From the records below, please repeat exactly the line that has "-e111 e42 e112]", the line that has "from build123d import *", and every line between them, and nothing else.

++++ Working data

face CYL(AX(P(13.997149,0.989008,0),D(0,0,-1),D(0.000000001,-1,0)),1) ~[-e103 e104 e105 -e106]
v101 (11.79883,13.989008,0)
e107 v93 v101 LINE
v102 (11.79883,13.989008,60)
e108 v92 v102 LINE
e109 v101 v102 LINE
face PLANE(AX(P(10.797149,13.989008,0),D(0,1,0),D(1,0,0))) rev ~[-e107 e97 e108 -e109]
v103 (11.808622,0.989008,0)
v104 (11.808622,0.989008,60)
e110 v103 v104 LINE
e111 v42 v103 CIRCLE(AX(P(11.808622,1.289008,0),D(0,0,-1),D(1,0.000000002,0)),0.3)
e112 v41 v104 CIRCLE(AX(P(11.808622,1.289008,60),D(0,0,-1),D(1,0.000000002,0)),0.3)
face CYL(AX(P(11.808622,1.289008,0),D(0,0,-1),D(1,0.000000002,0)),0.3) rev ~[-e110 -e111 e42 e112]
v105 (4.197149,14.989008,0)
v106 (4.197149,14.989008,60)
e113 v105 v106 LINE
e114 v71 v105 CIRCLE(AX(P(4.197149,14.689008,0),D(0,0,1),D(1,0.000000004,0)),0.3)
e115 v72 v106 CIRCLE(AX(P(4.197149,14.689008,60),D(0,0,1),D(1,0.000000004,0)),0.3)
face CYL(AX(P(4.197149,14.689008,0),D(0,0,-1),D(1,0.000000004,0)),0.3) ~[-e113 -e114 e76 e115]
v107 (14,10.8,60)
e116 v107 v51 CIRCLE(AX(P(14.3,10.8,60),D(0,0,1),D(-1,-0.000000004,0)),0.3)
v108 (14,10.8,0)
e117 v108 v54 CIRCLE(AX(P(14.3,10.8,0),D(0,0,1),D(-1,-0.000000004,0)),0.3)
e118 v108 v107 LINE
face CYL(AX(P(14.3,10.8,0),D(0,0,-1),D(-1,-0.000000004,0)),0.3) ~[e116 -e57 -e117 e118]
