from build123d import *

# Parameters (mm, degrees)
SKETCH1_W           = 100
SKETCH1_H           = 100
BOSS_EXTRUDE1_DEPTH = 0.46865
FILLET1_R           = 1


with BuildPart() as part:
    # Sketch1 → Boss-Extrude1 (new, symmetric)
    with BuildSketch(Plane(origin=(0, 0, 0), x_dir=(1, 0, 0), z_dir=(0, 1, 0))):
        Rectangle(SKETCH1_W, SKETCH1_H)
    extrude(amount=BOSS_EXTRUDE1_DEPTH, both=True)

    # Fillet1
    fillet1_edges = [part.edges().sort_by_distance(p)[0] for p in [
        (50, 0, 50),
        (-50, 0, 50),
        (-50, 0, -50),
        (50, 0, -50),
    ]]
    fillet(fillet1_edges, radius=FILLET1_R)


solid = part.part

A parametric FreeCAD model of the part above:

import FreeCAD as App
import Part
import Sketcher

V = App.Vector
Q = App.Units.Quantity


def edges_at(feature, points):
    """Names of the edges that pass closest to the given points."""
    edges = feature.Shape.Edges
    near = lambda p: min(range(len(edges)), key=lambda i: edges[i].distToShape(Part.Vertex(*p))[0])
    return sorted({f"Edge{near(p) + 1}" for p in points})


def add_polygon(sketch, points):
    """Adds a closed chain of lines whose ends are joined by coincident constraints."""
    first, n = sketch.GeometryCount, len(points)
    for a, b in zip(points, points[1:] + points[:1]):
        sketch.addGeometry(Part.LineSegment(App.Vector(*a, 0), App.Vector(*b, 0)), False)
    for i in range(n):
        sketch.addConstraint(Sketcher.Constraint("Coincident", first + i, 2, first + (i + 1) % n, 1))

doc = App.newDocument("Part")
body = doc.addObject("PartDesign::Body", "Body")

# Sketch on XZ plane
sketch1 = body.newObject("Sketcher::SketchObject", "Sketch")
sketch1.AttachmentSupport = (doc.getObject("XZ_Plane"), [""])
sketch1.MapMode = "FlatFace"
add_polygon(sketch1, [(-50, -50), (-50, 50), (50, 50), (50, -50)])  # lines 0-3
sketch1.addConstraint(Sketcher.Constraint("Vertical", 0))
sketch1.addConstraint(Sketcher.Constraint("Horizontal", 1))
sketch1.addConstraint(Sketcher.Constraint("Vertical", 2))
sketch1.addConstraint(Sketcher.Constraint("Horizontal", 3))
sketch1.addConstraint(Sketcher.Constraint("Symmetric", 0, 2, 2, 2, -1, 1))
sketch1.addConstraint(Sketcher.Constraint("Equal", 3, 0))
sketch1.addConstraint(Sketcher.Constraint("DistanceX", 1, 1, 1, 2, Q("100 mm")))
pad1 = body.newObject("PartDesign::Pad", "Pad")
pad1.Profile = sketch1
pad1.Length = 0.9373
pad1.Midplane = True
doc.recompute()

fillet = body.newObject("PartDesign::Fillet", "Fillet")
fillet.Base = (pad1, edges_at(pad1, [
    (50, 0, 50),
    (-50, 0, 50),
    (-50, 0, -50),
    (50, 0, -50),
]))
fillet.Radius = 1

doc.recompute()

++++++++

## Written solution
face CYL(AX(P(11.808622,1.289008,0),D(0,0,-1),D(1,0.000000002,0)),0.3) rev ~[-e110 -e111 e42 e112]
v105 (4.197149,14.989008,0)
v106 (4.197149,14.989008,60)
e113 v105 v106 LINE
e114 v71 v105 CIRCLE(AX(P(4.197149,14.689008,0),D(0,0,1),D(1,0.000000004,0)),0.3)
e115 v72 v106 CIRCLE(AX(P(4.197149,14.689008,60),D(0,0,1),D(1,0.000000004,0)),0.3)
face CYL(AX(P(4.197149,14.689008,0),D(0,0,-1),D(1,0.000000004,0)),0.3) ~[-e113 -e114 e76 e115]
v107 (14,10.8,60)
e116 v107 v51 CIRCLE(AX(P(14.3,10.8,60),D(0,0,1),D(-1,-0.000000004,0)),0.3)
v108 (14,10.8,0)
e117 v108 v54 CIRCLE(AX(P(14.3,10.8,0),D(0,0,1),D(-1,-0.000000004,0)),0.3)
e118 v108 v107 LINE
face CYL(AX(P(14.3,10.8,0),D(0,0,-1),D(-1,-0.000000004,0)),0.3) ~[e116 -e57 -e117 e118]
from build123d import *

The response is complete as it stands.